Theoretical Characterization of the Generalization Performance of
Overfitted Meta-Learning
- URL: http://arxiv.org/abs/2304.04312v1
- Date: Sun, 9 Apr 2023 20:36:13 GMT
- Title: Theoretical Characterization of the Generalization Performance of
Overfitted Meta-Learning
- Authors: Peizhong Ju, Yingbin Liang, Ness B. Shroff
- Abstract summary: This paper studies the performance of overfitted meta-learning under a linear regression model with Gaussian features.
We find new and interesting properties that do not exist in single-task linear regression.
Our analysis suggests that benign overfitting is more significant and easier to observe when the noise and the diversity/fluctuation of the ground truth of each training task are large.

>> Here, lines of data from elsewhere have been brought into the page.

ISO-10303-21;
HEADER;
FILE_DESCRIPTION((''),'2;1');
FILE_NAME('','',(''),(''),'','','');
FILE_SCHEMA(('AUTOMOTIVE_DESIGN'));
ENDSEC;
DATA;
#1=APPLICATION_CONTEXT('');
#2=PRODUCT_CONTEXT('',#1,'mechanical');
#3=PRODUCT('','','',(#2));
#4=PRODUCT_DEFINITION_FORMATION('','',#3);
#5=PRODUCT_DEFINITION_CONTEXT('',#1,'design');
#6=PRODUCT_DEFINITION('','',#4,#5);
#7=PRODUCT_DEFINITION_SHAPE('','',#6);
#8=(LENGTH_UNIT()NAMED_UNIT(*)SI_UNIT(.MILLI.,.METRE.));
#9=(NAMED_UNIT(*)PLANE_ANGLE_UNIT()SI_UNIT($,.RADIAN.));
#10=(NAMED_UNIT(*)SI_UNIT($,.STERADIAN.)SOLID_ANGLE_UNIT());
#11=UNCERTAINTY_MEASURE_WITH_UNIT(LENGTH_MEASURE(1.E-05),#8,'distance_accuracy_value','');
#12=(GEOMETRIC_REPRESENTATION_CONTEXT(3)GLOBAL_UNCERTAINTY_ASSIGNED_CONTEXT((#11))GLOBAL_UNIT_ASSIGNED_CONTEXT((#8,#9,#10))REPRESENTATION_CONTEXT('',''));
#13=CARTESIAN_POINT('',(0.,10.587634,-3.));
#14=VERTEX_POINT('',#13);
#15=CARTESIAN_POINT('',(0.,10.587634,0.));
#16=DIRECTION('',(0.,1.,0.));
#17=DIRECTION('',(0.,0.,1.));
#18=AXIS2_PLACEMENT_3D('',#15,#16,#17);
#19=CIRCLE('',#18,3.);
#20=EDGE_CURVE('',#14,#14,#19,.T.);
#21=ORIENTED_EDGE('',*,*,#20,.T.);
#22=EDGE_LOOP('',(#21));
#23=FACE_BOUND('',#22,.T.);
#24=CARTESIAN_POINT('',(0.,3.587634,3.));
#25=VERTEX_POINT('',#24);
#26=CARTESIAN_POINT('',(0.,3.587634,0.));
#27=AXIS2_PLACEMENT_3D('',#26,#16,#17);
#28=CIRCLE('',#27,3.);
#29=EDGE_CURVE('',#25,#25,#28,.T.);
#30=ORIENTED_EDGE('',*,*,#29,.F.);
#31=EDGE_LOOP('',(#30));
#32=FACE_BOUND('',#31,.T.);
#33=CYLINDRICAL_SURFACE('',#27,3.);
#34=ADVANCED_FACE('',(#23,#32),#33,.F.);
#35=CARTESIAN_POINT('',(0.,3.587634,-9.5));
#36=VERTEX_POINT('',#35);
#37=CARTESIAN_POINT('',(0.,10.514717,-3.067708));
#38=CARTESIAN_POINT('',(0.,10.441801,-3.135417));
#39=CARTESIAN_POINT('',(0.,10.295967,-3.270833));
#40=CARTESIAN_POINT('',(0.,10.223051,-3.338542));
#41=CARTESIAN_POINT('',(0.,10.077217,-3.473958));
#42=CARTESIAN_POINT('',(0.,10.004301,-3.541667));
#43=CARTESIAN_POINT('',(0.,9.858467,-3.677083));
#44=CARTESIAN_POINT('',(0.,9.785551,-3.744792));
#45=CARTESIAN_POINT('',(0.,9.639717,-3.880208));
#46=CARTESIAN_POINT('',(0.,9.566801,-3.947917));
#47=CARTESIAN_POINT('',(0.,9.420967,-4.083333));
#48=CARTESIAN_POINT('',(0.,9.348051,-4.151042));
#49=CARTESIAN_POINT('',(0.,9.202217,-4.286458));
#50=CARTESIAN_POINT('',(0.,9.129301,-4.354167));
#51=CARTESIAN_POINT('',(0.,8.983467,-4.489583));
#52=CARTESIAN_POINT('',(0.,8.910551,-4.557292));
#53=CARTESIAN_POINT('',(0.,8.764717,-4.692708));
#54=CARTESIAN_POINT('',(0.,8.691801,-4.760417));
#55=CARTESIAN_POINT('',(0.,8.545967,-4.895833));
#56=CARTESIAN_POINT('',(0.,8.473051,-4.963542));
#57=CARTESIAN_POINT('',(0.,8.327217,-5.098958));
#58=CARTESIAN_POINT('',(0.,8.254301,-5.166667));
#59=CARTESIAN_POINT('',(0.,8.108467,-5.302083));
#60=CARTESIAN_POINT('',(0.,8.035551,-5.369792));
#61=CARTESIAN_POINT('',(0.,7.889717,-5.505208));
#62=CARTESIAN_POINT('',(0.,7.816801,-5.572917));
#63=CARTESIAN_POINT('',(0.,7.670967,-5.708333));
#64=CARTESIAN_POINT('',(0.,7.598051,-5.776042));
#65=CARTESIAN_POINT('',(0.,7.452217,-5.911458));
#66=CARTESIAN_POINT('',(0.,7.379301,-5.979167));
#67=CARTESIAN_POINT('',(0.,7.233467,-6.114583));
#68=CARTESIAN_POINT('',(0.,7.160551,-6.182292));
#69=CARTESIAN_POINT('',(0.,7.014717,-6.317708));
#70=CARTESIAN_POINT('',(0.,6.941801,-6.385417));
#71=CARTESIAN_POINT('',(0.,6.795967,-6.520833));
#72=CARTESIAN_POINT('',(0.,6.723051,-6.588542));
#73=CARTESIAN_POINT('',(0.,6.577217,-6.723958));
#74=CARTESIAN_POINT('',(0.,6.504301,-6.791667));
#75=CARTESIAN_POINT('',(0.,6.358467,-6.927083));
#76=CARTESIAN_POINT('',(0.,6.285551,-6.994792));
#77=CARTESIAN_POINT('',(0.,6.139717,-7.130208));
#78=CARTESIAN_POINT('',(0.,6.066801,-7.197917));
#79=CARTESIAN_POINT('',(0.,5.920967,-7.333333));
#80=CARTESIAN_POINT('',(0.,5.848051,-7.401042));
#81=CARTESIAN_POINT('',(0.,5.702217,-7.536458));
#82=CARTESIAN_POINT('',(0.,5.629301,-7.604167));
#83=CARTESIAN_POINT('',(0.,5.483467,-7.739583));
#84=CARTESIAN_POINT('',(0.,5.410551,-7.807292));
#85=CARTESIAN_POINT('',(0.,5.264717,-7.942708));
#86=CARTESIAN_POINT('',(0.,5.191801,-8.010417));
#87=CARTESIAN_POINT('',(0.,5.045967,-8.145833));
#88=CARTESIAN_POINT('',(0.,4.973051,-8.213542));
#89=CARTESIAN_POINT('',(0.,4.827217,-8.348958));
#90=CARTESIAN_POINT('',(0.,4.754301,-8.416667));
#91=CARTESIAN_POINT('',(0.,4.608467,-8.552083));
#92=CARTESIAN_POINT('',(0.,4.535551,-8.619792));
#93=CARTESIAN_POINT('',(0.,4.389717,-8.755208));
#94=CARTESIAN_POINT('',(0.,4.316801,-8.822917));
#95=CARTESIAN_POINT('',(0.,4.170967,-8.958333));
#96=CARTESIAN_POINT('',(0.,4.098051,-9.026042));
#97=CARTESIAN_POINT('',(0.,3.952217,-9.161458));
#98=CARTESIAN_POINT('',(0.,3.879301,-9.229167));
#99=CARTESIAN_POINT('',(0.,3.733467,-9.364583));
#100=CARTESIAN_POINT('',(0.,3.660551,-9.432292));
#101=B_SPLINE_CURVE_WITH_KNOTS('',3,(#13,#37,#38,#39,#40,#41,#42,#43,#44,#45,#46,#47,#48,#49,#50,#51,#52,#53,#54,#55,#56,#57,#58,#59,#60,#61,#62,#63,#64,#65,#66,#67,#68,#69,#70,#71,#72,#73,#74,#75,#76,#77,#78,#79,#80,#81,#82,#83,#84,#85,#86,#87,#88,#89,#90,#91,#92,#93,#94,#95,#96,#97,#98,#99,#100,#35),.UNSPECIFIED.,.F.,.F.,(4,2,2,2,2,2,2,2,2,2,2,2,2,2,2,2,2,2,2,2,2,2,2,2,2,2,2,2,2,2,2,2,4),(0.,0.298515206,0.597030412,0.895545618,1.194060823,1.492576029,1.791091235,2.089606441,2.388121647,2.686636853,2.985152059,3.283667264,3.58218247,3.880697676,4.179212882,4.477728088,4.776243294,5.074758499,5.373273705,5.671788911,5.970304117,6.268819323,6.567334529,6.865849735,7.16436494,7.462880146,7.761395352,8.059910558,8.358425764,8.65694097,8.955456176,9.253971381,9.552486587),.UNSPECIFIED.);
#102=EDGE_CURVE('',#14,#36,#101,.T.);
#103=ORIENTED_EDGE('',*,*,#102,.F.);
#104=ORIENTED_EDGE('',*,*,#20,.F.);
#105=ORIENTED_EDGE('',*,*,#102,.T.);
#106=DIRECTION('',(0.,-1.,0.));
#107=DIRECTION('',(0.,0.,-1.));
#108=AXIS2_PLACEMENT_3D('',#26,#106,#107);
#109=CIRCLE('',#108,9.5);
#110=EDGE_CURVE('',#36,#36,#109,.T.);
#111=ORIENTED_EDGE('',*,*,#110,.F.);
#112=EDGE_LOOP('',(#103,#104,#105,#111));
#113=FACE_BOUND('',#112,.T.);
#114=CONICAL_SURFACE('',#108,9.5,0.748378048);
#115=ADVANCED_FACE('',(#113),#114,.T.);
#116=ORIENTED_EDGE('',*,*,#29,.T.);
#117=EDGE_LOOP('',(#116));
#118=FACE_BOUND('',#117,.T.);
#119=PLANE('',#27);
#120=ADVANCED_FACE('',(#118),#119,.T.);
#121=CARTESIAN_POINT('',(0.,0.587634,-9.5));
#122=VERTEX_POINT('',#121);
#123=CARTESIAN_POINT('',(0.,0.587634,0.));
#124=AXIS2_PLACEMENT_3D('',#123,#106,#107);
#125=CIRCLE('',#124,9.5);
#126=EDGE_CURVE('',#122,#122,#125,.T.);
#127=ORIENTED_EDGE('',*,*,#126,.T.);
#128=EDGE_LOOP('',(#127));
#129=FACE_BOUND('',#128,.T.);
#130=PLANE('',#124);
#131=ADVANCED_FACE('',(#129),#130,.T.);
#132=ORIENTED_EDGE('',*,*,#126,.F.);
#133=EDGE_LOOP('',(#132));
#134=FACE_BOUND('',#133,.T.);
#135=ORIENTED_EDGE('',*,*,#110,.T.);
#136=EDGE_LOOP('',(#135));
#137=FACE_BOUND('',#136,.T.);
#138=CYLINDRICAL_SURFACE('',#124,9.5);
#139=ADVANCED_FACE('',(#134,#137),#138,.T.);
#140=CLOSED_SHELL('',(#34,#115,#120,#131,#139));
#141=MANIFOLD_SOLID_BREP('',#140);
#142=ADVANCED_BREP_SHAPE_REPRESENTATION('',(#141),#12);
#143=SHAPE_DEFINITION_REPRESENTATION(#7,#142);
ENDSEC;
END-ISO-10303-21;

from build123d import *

# Parameters (mm, degrees)
SKETCH2_R          = 3
CUT_EXTRUDE1_DEPTH = 7


with BuildPart() as part:
    # Sketch1 → Revolve1 (revolve)
    with BuildSketch(Plane.XY, mode=Mode.PRIVATE) as revolve1_sk:
        Polygon((0, 0.587634079), (0, 10.587634079), (3, 10.587634079), (9.5, 3.587634079), (9.5, 0.587634079), align=None)
    revolve(revolve1_sk.sketch.rotate(Axis((0, 0.587634079, 0), (0, 1, 0)), 90), axis=Axis((0, 0.587634079, 0), (0, 1, 0)))

    # Sketch2 → Cut-Extrude1 (cut)
    with BuildSketch(Plane(origin=(0, 10.587634079, 0), x_dir=(1, 0, 0), z_dir=(0, 1, 0))):
        with Locations(Location((0, 0, 0), (0, 0, 270))):
            Circle(SKETCH2_R)
    extrude(amount=-CUT_EXTRUDE1_DEPTH, mode=Mode.SUBTRACT)


solid = part.part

- Score: 70.52689048213398
- License: http://arxiv.org/licenses/nonexclusive-distrib/1.0/
- Abstract: Meta-learning has arisen as a successful method for improving training
performance by training over many similar tasks, especially with deep neural
networks (DNNs). However, the theoretical understanding of when and why
overparameterized models such as DNNs can generalize well in meta-learning is
still limited. As an initial step towards addressing this challenge, this paper
studies the generalization performance of overfitted meta-learning under a
linear regression model with Gaussian features. In contrast to a few recent
studies along the same line, our framework allows the number of model
parameters to be arbitrarily larger than the number of features in the ground
truth signal, and hence naturally captures the overparameterized regime in
practical deep meta-learning. We show that the overfitted min $\ell_2$-norm
solution of model-agnostic meta-learning (MAML) can be beneficial, which is
similar to the recent remarkable findings on ``benign overfitting'' and
``double descent'' phenomenon in the classical (single-task) linear regression.

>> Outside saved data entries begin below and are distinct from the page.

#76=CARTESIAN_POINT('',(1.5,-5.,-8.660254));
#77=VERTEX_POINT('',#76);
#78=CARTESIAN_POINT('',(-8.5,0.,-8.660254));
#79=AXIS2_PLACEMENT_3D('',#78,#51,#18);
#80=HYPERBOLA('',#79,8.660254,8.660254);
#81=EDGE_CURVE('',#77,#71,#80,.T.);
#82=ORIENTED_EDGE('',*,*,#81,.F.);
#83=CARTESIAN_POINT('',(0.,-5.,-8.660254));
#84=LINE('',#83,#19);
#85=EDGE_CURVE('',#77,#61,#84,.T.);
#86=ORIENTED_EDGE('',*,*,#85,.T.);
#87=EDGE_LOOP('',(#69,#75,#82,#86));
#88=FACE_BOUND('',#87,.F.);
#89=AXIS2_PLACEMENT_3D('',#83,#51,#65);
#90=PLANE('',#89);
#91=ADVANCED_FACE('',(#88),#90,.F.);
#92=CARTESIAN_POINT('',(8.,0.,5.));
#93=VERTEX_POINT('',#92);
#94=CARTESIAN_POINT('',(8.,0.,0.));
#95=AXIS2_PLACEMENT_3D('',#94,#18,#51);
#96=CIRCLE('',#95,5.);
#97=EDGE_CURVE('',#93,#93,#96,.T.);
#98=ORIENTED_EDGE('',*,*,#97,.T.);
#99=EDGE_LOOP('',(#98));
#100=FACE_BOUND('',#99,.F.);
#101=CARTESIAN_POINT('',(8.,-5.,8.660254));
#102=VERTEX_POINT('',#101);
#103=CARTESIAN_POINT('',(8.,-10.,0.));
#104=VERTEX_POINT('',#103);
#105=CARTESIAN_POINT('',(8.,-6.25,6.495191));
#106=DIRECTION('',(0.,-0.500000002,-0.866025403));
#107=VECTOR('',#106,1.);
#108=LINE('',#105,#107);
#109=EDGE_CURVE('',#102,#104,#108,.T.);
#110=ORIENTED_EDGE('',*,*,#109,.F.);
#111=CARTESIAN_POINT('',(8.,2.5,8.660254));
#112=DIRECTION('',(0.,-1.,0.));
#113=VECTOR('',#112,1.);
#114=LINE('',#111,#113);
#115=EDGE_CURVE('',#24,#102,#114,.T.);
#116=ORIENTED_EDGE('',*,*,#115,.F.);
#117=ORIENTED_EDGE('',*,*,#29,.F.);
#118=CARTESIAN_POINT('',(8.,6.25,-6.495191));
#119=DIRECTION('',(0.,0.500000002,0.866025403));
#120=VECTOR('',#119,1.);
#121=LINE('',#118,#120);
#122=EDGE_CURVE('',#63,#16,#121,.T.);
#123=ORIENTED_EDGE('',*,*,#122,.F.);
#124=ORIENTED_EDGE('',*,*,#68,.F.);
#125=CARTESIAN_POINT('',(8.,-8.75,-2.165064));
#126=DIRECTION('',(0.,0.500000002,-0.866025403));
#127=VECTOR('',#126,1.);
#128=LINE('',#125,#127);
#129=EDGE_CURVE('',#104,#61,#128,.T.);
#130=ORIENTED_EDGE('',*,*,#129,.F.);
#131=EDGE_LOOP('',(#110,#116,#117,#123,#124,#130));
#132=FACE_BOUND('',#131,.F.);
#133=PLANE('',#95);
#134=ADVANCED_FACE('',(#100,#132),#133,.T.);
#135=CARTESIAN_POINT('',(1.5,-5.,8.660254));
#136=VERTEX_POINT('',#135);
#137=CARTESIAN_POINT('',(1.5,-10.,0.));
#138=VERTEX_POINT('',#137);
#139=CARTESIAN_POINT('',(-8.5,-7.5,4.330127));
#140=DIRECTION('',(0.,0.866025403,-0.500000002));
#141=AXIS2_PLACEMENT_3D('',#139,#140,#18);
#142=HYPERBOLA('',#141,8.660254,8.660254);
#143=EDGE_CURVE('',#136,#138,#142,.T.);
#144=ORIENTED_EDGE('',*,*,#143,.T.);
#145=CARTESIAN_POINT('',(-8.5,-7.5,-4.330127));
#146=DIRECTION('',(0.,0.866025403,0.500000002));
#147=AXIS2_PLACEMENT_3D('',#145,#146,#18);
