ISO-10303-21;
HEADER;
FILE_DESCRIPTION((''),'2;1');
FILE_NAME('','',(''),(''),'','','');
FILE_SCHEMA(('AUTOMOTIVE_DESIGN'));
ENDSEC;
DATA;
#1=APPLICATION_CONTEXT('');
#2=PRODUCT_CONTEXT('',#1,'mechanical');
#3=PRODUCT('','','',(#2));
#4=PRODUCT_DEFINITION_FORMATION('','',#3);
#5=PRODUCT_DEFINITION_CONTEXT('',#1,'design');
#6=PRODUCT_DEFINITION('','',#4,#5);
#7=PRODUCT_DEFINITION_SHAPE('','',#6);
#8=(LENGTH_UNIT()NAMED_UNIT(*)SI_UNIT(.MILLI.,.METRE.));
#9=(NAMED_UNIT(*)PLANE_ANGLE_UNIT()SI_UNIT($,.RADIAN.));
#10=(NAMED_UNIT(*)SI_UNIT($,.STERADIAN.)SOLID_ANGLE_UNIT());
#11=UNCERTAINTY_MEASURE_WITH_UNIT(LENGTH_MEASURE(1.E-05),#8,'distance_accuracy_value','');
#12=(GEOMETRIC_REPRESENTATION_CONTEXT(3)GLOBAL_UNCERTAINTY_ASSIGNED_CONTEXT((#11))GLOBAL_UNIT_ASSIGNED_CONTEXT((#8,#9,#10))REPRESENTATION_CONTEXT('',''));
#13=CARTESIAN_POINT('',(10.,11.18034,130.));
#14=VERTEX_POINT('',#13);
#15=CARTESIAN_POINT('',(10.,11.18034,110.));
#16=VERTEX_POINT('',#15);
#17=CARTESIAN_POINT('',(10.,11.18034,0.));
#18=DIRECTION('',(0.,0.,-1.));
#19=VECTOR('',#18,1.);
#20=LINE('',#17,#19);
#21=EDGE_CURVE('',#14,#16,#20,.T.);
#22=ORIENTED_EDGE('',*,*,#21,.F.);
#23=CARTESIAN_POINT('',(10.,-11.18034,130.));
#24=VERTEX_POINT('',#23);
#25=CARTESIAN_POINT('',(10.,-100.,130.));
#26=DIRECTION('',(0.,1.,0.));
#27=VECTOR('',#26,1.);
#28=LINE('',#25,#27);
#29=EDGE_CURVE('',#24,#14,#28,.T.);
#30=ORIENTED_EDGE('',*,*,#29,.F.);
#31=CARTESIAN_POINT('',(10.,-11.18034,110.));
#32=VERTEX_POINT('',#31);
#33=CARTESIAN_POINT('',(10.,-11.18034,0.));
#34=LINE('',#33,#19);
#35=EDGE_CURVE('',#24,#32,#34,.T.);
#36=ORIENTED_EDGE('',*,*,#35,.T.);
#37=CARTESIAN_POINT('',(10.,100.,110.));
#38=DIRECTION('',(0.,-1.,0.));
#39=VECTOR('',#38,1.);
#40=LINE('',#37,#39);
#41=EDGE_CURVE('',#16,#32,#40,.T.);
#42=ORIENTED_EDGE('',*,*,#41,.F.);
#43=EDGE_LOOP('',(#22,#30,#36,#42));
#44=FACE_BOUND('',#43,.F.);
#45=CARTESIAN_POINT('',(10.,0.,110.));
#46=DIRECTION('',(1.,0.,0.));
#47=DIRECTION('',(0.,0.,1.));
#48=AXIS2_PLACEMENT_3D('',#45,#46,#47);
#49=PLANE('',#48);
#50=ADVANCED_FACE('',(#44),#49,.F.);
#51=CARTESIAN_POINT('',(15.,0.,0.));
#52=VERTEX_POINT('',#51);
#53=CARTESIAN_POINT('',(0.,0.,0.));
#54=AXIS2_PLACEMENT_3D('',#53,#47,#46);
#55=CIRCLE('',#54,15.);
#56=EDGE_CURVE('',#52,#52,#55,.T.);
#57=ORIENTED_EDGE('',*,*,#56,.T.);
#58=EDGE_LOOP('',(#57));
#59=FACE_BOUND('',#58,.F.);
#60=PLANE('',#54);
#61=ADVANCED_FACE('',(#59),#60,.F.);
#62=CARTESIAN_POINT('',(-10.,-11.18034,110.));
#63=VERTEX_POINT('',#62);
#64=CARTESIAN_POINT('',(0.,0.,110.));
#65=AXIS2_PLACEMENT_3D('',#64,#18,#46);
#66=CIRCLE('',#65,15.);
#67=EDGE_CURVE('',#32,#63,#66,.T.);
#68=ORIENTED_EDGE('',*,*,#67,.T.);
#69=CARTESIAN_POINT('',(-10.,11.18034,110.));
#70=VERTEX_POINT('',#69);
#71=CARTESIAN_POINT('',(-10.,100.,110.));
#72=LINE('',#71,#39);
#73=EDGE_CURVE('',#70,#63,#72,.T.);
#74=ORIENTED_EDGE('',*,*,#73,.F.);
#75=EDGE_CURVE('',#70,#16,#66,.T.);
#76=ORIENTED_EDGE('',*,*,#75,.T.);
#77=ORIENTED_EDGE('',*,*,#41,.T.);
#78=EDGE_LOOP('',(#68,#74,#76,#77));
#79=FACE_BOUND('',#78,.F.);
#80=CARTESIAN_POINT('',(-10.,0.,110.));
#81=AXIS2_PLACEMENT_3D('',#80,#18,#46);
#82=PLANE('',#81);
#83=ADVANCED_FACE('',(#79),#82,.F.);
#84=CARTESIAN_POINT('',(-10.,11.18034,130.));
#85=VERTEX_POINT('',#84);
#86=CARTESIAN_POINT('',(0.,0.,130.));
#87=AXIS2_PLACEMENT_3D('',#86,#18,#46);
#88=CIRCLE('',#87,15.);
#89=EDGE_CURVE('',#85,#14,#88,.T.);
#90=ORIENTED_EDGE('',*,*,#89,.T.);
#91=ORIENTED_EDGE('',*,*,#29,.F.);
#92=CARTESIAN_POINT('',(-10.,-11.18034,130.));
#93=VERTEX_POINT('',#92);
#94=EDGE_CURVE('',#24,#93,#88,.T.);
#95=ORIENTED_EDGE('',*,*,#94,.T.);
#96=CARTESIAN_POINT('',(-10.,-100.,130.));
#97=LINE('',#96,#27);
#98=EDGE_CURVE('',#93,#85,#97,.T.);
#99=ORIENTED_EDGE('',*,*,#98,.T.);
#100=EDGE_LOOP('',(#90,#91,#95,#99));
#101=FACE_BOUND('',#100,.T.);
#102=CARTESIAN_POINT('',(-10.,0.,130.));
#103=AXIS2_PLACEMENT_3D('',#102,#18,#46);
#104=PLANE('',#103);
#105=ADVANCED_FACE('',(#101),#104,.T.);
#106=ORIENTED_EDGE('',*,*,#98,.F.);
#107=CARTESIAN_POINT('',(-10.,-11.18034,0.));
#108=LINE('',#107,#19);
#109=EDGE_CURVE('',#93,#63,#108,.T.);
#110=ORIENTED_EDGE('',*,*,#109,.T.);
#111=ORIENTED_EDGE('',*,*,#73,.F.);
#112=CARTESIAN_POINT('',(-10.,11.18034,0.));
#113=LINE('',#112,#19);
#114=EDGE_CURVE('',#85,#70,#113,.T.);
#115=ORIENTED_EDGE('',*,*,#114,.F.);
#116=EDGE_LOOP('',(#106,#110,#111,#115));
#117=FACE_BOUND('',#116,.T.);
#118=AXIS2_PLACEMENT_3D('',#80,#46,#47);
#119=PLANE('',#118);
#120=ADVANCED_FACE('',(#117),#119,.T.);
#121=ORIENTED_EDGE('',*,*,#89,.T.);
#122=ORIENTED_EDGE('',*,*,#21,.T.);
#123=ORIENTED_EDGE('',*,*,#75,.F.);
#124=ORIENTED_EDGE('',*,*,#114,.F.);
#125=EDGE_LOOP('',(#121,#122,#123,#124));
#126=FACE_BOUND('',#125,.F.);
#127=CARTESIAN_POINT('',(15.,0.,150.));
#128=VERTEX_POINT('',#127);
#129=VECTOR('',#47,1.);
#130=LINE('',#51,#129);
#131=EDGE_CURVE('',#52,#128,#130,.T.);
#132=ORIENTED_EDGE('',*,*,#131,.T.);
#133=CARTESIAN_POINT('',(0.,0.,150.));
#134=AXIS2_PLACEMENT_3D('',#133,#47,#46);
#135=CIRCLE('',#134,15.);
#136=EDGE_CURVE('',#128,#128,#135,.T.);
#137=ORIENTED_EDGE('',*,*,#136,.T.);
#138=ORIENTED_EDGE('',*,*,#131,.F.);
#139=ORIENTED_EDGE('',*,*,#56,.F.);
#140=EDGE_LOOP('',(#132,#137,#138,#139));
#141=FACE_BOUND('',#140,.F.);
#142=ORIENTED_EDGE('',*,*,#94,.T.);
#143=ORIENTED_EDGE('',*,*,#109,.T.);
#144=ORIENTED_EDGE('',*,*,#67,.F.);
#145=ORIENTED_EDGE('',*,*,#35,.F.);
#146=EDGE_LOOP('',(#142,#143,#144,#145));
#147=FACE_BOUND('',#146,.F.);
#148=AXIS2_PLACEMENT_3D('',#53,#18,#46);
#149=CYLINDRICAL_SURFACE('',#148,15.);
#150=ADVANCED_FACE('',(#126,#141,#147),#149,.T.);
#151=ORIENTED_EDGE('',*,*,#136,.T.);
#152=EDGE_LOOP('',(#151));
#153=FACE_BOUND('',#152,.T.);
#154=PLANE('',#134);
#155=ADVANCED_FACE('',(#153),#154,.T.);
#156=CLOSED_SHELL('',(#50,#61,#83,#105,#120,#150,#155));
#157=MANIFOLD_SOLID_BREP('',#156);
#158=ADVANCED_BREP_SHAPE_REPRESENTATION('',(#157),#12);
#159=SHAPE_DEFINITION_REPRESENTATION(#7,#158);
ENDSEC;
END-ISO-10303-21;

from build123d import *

# Parameters (mm, degrees)
F0_R     = 15
F1_DEPTH = 150
F2_W     = 20
F2_H     = 20
F3_DEPTH = 100


with BuildPart() as f1:
    # F0 (on Top) → F1 (new body)
    with BuildSketch(Plane.XY):
        Circle(F0_R)
    extrude(amount=F1_DEPTH)

    # F2 (on Front) → F3 (cut, symmetric)
    with BuildSketch(Plane.XZ):
        with Locations((0, 120)):
            Rectangle(F2_W, F2_H)
    extrude(amount=F3_DEPTH, both=True, mode=Mode.SUBTRACT)


solid = f1.part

However, due to the uniqueness of meta-learning such as task-specific gradient
descent inner training and the diversity/fluctuation of the ground-truth
signals among training tasks, we find new and interesting properties that do
not exist in single-task linear regression. We first provide a high-probability
upper bound (under reasonable tightness) on the generalization error, where
certain terms decrease when the number of features increases. Our analysis
suggests that benign overfitting is more significant and easier to observe when
the noise and the diversity/fluctuation of the ground truth of each training
task are large. Under this circumstance, we show that the overfitted min
$\ell_2$-norm solution can achieve an even lower generalization error than the
underparameterized solution.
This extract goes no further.